- Task input:
[Start of section]
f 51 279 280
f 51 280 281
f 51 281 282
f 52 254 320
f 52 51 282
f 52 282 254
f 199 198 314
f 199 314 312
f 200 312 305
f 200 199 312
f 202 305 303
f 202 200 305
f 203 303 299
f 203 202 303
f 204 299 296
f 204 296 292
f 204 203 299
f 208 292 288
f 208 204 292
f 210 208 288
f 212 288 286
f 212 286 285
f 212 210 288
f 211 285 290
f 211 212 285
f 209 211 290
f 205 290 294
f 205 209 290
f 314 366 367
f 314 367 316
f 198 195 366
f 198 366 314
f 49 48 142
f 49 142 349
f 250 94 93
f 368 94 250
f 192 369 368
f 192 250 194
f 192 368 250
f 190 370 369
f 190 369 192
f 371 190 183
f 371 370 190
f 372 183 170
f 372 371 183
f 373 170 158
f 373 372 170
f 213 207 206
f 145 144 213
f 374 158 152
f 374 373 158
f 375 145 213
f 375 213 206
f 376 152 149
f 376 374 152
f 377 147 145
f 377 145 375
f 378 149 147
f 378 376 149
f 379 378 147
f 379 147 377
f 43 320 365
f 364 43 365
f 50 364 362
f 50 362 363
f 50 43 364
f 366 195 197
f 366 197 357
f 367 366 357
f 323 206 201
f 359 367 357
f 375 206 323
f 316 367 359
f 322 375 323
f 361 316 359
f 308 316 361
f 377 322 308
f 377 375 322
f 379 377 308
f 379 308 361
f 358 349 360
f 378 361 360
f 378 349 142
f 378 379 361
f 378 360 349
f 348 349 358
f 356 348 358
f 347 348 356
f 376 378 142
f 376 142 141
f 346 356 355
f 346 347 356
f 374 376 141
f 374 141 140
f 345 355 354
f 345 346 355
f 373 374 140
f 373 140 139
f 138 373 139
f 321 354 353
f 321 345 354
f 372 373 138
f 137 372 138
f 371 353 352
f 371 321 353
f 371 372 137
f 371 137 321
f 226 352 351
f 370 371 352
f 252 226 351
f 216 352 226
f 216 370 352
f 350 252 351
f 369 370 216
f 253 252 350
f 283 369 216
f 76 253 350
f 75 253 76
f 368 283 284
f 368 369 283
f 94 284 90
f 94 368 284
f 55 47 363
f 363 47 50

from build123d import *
[End of section]
[Start of section]
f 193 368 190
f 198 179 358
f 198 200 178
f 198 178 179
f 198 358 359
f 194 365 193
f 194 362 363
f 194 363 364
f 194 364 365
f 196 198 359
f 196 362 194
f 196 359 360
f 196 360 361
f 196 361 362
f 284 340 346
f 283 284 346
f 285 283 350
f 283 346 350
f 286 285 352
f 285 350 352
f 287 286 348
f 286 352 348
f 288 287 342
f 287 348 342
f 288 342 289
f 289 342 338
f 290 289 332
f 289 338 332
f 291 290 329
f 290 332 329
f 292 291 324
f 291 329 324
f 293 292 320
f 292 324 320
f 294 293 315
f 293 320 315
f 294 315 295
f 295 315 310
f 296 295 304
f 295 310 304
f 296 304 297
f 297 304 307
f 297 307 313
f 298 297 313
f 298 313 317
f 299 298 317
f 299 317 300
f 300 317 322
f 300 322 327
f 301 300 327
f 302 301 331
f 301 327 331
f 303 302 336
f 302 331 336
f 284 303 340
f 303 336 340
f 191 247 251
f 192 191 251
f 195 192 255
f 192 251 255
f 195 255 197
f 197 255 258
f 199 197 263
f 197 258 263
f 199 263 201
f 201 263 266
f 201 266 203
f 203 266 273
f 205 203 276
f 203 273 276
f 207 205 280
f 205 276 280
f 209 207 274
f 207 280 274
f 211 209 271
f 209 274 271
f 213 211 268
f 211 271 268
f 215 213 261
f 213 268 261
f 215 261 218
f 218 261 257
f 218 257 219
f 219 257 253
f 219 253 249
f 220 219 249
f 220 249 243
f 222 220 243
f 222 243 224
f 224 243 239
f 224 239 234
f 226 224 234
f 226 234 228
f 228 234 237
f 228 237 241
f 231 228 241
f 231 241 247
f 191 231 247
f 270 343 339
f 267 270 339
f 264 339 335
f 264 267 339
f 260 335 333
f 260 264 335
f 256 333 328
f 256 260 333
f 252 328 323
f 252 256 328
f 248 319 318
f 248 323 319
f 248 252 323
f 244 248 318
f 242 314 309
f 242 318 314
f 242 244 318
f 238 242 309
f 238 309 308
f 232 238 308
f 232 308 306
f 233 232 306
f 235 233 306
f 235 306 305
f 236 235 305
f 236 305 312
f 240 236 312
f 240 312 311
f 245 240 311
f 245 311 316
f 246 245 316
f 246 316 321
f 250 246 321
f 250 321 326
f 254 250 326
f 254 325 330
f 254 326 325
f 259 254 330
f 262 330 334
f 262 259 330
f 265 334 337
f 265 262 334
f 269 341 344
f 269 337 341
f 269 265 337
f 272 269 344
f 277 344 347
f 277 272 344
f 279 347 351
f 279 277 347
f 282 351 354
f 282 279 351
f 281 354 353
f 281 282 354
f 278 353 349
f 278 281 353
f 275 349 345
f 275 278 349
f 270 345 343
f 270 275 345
[End of section]
- Task goal: Using the records above, set down exactly the lines from the one with "f 379 377 308" through the one with "from build123d import *", inclusive, and nothing more.

- Exercise answer:
f 379 377 308
f 379 308 361
f 358 349 360
f 378 361 360
f 378 349 142
f 378 379 361
f 378 360 349
f 348 349 358
f 356 348 358
f 347 348 356
f 376 378 142
f 376 142 141
f 346 356 355
f 346 347 356
f 374 376 141
f 374 141 140
f 345 355 354
f 345 346 355
f 373 374 140
f 373 140 139
f 138 373 139
f 321 354 353
f 321 345 354
f 372 373 138
f 137 372 138
f 371 353 352
f 371 321 353
f 371 372 137
f 371 137 321
f 226 352 351
f 370 371 352
f 252 226 351
f 216 352 226
f 216 370 352
f 350 252 351
f 369 370 216
f 253 252 350
f 283 369 216
f 76 253 350
f 75 253 76
f 368 283 284
f 368 369 283
f 94 284 90
f 94 368 284
f 55 47 363
f 363 47 50

from build123d import *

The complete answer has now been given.